## About this task:
Scan the records that follow, and whenever a line has the word "cylinder", copy it.

## Extracted data:
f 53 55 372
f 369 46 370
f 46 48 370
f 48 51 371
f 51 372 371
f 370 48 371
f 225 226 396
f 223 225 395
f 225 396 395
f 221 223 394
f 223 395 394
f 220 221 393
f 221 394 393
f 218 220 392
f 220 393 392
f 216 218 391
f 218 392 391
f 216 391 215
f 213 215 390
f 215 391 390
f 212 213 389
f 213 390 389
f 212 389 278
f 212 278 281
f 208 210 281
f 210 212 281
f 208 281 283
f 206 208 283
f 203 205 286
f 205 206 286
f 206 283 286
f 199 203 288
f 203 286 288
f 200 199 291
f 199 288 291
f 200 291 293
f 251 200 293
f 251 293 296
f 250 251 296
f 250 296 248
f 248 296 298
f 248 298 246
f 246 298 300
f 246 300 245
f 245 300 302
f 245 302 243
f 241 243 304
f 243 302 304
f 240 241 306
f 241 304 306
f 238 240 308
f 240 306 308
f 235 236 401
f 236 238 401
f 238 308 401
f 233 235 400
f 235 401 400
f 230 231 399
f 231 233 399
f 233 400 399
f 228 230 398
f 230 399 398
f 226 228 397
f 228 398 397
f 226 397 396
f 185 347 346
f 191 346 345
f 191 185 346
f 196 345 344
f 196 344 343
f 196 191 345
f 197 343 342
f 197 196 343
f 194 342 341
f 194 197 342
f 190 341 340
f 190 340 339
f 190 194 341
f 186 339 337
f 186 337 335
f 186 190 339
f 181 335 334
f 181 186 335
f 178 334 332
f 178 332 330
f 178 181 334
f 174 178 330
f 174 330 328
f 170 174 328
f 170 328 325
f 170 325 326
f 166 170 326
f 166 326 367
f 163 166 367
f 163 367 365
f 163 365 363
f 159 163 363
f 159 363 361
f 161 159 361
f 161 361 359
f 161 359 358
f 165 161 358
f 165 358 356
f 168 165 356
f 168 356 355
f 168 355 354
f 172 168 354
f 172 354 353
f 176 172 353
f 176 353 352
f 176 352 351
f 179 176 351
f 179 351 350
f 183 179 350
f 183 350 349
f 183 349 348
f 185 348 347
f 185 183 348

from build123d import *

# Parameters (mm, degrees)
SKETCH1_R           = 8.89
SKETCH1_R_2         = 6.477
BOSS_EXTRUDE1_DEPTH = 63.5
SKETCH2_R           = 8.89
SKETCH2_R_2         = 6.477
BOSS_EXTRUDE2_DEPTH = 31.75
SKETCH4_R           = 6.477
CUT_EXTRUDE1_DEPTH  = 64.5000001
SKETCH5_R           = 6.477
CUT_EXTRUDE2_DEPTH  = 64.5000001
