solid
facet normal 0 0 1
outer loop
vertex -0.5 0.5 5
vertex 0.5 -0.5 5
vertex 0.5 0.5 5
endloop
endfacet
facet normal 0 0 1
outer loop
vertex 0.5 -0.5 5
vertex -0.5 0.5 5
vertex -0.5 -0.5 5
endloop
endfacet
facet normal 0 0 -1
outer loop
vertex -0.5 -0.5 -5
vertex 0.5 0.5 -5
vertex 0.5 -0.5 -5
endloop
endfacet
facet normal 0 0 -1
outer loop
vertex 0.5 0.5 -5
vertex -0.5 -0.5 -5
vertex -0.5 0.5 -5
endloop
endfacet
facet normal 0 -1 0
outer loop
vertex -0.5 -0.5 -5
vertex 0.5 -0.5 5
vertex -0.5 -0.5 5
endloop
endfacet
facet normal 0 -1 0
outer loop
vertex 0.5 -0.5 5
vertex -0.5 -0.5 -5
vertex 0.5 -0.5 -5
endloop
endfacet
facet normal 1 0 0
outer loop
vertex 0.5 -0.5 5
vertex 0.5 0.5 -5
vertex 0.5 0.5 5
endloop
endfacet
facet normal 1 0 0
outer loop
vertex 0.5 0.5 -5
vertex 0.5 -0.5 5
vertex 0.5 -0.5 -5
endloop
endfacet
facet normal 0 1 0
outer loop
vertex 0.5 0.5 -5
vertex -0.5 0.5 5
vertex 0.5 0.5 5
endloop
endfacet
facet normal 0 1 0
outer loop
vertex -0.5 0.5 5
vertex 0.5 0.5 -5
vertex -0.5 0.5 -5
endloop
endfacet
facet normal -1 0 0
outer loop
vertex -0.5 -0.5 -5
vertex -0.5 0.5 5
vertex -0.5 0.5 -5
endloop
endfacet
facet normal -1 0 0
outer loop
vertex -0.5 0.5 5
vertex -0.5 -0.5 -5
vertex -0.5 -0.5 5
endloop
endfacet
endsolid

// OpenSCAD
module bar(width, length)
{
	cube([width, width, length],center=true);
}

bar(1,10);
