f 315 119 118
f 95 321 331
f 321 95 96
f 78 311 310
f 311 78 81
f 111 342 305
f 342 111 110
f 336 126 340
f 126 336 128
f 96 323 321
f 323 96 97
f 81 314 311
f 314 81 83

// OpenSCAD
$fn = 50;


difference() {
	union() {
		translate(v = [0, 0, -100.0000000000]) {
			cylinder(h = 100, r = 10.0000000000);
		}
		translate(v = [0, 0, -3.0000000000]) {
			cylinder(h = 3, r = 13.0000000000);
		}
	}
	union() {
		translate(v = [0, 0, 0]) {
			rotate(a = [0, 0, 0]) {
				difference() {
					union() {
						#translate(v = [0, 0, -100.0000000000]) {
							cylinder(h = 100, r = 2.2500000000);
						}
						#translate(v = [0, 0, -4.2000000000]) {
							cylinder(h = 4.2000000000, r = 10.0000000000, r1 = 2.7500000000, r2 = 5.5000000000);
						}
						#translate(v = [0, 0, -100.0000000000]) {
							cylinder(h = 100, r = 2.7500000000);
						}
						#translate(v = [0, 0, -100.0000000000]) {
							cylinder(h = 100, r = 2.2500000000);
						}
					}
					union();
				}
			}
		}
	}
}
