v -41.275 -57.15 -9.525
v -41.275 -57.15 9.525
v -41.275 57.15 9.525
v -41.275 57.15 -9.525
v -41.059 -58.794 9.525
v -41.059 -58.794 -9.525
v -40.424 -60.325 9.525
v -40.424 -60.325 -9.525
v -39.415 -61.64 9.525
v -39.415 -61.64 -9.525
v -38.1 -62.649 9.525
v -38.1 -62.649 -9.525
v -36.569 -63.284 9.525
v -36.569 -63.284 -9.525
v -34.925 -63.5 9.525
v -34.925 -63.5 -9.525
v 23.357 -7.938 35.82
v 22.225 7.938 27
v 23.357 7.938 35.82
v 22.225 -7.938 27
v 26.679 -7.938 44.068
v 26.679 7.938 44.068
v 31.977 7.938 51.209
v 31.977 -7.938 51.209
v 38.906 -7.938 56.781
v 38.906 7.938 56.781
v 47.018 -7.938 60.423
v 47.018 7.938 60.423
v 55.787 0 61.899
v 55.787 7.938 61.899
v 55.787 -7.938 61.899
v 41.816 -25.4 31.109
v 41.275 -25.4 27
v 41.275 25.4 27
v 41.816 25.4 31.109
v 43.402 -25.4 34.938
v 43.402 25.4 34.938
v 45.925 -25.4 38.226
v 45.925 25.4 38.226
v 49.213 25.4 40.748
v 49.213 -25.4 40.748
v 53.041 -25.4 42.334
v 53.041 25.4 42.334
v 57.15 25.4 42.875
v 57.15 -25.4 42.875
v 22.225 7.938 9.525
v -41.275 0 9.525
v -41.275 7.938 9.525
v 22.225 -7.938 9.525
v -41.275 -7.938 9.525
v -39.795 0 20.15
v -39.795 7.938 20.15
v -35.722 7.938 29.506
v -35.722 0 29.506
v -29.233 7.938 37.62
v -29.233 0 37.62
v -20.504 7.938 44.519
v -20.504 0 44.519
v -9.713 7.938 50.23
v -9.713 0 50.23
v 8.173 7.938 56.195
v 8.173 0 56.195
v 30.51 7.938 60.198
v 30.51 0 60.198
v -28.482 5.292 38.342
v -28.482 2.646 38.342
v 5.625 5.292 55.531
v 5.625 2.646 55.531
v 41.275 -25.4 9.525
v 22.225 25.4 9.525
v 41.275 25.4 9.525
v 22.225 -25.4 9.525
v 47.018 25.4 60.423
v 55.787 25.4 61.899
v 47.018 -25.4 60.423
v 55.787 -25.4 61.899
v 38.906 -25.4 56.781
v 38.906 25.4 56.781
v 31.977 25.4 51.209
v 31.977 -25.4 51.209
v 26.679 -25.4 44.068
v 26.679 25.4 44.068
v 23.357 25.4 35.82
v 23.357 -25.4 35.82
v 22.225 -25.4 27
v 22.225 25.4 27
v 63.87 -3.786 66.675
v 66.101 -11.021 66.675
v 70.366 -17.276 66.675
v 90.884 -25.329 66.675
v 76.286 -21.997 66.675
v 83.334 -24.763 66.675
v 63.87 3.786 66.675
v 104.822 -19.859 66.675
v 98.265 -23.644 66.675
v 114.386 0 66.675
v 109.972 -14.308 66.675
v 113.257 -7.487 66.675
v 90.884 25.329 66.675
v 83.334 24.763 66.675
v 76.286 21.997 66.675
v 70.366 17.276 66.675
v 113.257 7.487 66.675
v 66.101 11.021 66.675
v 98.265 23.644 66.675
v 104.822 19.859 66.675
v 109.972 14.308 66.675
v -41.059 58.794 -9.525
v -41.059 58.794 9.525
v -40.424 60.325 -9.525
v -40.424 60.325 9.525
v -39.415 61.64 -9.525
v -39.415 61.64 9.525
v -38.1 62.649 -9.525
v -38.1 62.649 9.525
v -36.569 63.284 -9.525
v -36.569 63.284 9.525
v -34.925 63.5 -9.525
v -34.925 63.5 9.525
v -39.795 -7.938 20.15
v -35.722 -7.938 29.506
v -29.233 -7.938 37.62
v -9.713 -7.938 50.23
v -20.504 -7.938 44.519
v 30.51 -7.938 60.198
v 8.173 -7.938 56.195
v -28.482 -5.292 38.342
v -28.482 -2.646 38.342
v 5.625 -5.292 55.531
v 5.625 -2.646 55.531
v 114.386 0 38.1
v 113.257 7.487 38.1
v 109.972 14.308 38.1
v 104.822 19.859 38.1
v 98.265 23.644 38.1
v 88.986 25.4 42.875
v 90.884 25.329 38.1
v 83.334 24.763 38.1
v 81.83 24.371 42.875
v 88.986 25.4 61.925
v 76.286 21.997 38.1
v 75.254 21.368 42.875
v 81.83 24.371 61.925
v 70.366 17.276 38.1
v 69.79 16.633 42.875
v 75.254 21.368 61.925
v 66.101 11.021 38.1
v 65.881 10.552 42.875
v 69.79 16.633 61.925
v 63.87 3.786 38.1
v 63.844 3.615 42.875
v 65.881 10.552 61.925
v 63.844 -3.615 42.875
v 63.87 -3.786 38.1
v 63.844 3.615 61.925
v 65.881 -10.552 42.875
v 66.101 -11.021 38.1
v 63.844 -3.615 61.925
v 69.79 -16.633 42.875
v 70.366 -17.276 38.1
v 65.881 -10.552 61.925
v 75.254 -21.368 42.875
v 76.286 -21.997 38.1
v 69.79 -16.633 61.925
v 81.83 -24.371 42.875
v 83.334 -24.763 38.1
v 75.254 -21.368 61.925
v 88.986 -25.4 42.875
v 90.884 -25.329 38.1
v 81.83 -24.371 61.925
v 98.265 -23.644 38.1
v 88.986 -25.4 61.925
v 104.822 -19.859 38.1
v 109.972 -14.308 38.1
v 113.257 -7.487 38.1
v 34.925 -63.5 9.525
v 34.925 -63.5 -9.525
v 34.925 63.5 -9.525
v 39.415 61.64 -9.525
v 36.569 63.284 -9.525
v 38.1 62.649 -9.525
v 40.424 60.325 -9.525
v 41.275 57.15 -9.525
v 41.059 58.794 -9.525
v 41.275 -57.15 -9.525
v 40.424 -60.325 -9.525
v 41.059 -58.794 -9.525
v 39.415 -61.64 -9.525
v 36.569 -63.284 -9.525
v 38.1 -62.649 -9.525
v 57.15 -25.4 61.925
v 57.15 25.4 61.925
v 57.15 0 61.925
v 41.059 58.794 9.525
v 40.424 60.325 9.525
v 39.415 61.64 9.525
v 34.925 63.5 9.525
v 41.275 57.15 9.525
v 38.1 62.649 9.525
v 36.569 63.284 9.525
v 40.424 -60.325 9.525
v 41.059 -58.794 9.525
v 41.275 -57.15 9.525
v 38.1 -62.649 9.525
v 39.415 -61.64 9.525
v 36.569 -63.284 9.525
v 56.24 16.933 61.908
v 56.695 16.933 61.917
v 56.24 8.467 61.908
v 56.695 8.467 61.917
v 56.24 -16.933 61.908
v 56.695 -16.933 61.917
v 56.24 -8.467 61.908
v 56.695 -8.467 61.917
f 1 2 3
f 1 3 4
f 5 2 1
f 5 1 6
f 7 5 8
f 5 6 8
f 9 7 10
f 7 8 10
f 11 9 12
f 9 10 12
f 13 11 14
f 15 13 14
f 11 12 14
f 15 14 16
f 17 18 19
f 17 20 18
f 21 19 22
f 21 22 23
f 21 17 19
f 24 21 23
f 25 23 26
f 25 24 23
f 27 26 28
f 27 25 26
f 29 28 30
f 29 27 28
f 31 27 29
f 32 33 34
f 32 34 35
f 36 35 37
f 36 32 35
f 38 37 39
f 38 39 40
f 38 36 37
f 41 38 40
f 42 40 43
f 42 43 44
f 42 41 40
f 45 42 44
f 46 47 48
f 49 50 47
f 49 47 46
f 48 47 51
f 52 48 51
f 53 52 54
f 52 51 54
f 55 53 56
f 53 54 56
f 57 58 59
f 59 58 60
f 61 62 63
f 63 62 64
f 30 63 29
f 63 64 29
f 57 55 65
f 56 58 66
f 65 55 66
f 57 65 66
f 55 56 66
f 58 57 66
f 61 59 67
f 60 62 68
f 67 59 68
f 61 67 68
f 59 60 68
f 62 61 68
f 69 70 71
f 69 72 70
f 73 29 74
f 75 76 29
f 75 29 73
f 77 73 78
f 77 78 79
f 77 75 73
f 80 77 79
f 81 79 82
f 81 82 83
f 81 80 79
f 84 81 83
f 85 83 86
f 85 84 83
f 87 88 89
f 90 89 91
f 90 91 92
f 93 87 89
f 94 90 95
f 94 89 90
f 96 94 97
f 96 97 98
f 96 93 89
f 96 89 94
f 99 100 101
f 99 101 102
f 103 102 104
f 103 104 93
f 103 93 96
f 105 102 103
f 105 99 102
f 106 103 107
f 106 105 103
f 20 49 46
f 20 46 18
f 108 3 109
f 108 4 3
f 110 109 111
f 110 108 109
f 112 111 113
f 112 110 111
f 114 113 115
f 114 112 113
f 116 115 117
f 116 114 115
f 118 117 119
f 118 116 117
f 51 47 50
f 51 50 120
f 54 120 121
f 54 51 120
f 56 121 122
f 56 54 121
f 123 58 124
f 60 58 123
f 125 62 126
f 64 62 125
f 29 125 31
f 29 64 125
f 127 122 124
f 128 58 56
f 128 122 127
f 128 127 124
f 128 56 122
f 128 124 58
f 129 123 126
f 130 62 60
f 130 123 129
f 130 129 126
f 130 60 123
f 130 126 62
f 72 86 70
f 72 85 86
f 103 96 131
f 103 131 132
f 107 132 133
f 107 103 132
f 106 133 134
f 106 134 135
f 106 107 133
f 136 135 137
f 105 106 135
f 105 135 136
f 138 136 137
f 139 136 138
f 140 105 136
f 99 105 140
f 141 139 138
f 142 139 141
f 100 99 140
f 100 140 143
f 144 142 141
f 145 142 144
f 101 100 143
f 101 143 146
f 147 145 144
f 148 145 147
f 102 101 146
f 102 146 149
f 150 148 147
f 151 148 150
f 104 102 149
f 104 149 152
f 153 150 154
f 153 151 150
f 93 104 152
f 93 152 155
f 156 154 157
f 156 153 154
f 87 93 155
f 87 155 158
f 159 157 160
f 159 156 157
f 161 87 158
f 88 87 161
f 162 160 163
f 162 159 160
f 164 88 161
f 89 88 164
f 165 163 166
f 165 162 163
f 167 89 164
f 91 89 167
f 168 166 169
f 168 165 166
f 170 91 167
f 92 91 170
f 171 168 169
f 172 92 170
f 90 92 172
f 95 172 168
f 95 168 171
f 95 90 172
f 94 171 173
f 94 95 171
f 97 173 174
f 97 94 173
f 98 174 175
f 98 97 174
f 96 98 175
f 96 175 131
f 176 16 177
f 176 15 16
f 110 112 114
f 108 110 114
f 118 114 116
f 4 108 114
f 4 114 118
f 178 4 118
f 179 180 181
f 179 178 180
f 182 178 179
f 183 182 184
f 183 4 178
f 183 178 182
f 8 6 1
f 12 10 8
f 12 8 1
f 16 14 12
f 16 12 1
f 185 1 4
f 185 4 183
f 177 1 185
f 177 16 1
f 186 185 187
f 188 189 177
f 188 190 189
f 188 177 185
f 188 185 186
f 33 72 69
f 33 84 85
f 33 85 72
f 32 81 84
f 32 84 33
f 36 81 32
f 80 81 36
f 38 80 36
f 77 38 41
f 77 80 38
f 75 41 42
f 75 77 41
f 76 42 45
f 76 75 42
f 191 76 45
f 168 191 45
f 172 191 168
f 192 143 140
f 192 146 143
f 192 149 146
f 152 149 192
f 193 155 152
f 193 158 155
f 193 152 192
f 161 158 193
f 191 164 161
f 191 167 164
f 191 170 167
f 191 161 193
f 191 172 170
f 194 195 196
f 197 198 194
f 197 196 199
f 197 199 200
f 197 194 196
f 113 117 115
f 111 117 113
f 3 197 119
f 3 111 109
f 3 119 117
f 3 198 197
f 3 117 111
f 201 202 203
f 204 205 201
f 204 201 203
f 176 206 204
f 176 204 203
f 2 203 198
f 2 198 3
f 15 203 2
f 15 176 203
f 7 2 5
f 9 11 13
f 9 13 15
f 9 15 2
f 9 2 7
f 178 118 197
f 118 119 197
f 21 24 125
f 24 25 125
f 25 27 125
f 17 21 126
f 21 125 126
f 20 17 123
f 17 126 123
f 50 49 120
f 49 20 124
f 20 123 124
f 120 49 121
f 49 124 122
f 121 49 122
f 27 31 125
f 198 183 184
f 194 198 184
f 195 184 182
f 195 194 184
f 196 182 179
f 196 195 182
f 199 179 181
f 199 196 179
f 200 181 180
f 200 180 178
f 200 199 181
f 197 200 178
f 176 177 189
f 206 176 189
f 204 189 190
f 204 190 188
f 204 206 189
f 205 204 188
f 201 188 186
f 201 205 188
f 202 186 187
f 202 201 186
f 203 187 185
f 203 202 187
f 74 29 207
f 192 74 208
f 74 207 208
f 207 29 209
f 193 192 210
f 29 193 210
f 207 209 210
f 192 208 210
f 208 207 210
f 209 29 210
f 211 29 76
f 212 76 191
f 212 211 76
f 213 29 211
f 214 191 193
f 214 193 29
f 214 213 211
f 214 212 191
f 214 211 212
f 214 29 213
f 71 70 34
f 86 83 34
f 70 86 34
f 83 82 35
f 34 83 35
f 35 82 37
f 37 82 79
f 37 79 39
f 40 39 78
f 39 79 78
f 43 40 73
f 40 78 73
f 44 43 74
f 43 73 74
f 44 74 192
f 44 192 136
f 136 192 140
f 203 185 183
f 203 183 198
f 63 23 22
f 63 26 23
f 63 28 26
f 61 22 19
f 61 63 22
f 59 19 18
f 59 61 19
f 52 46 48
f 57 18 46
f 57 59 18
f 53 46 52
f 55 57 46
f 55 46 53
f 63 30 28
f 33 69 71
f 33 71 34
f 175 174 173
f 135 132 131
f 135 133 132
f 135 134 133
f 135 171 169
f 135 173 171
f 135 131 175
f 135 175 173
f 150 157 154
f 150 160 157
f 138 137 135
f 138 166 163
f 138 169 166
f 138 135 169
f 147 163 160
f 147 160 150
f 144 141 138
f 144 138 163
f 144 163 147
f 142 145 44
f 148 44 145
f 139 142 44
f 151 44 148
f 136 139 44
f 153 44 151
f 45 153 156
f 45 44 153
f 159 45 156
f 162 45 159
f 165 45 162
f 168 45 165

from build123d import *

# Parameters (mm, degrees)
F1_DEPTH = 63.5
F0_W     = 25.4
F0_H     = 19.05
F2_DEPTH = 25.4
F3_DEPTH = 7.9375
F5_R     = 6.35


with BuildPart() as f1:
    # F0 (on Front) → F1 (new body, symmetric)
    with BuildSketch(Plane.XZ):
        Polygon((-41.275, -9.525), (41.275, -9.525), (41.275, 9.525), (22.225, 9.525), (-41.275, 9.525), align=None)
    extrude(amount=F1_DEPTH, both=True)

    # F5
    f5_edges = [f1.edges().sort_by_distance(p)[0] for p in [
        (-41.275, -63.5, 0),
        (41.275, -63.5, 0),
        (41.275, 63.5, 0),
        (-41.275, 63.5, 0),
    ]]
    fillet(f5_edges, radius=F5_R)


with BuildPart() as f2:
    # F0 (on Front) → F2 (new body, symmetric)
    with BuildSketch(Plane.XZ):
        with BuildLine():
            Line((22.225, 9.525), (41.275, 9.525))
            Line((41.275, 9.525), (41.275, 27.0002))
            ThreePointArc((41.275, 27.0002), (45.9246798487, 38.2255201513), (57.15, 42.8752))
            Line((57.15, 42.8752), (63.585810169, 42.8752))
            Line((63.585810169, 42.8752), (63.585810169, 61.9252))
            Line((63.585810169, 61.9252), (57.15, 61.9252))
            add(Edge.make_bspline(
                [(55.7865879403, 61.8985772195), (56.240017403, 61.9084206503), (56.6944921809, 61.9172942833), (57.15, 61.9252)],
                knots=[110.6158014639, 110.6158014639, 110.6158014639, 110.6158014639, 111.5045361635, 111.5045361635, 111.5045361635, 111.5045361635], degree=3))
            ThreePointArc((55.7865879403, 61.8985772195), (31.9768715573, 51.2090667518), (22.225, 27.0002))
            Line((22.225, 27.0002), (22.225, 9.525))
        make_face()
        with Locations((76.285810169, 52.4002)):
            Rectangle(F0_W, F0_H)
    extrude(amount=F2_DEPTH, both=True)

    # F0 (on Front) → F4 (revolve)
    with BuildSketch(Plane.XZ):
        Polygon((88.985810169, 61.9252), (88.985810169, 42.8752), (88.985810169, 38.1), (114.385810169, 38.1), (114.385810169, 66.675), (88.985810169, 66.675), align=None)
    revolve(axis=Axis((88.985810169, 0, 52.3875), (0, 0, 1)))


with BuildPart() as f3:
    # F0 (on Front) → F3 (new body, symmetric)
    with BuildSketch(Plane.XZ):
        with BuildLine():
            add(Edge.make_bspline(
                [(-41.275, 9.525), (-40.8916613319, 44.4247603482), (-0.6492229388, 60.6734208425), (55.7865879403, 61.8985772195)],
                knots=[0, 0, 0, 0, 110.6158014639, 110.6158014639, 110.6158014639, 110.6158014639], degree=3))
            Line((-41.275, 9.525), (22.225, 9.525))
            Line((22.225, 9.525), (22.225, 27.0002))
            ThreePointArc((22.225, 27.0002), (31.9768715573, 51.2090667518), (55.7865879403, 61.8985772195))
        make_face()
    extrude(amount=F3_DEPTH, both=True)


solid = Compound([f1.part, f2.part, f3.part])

## Completed task:
			cylinder(h = 100, r = 10.0000000000);
			cylinder(h = 3, r = 13.0000000000);
							cylinder(h = 100, r = 2.2500000000);
							cylinder(h = 4.2000000000, r = 10.0000000000, r1 = 2.7500000000, r2 = 5.5000000000);
							cylinder(h = 100, r = 2.7500000000);
							cylinder(h = 100, r = 2.2500000000);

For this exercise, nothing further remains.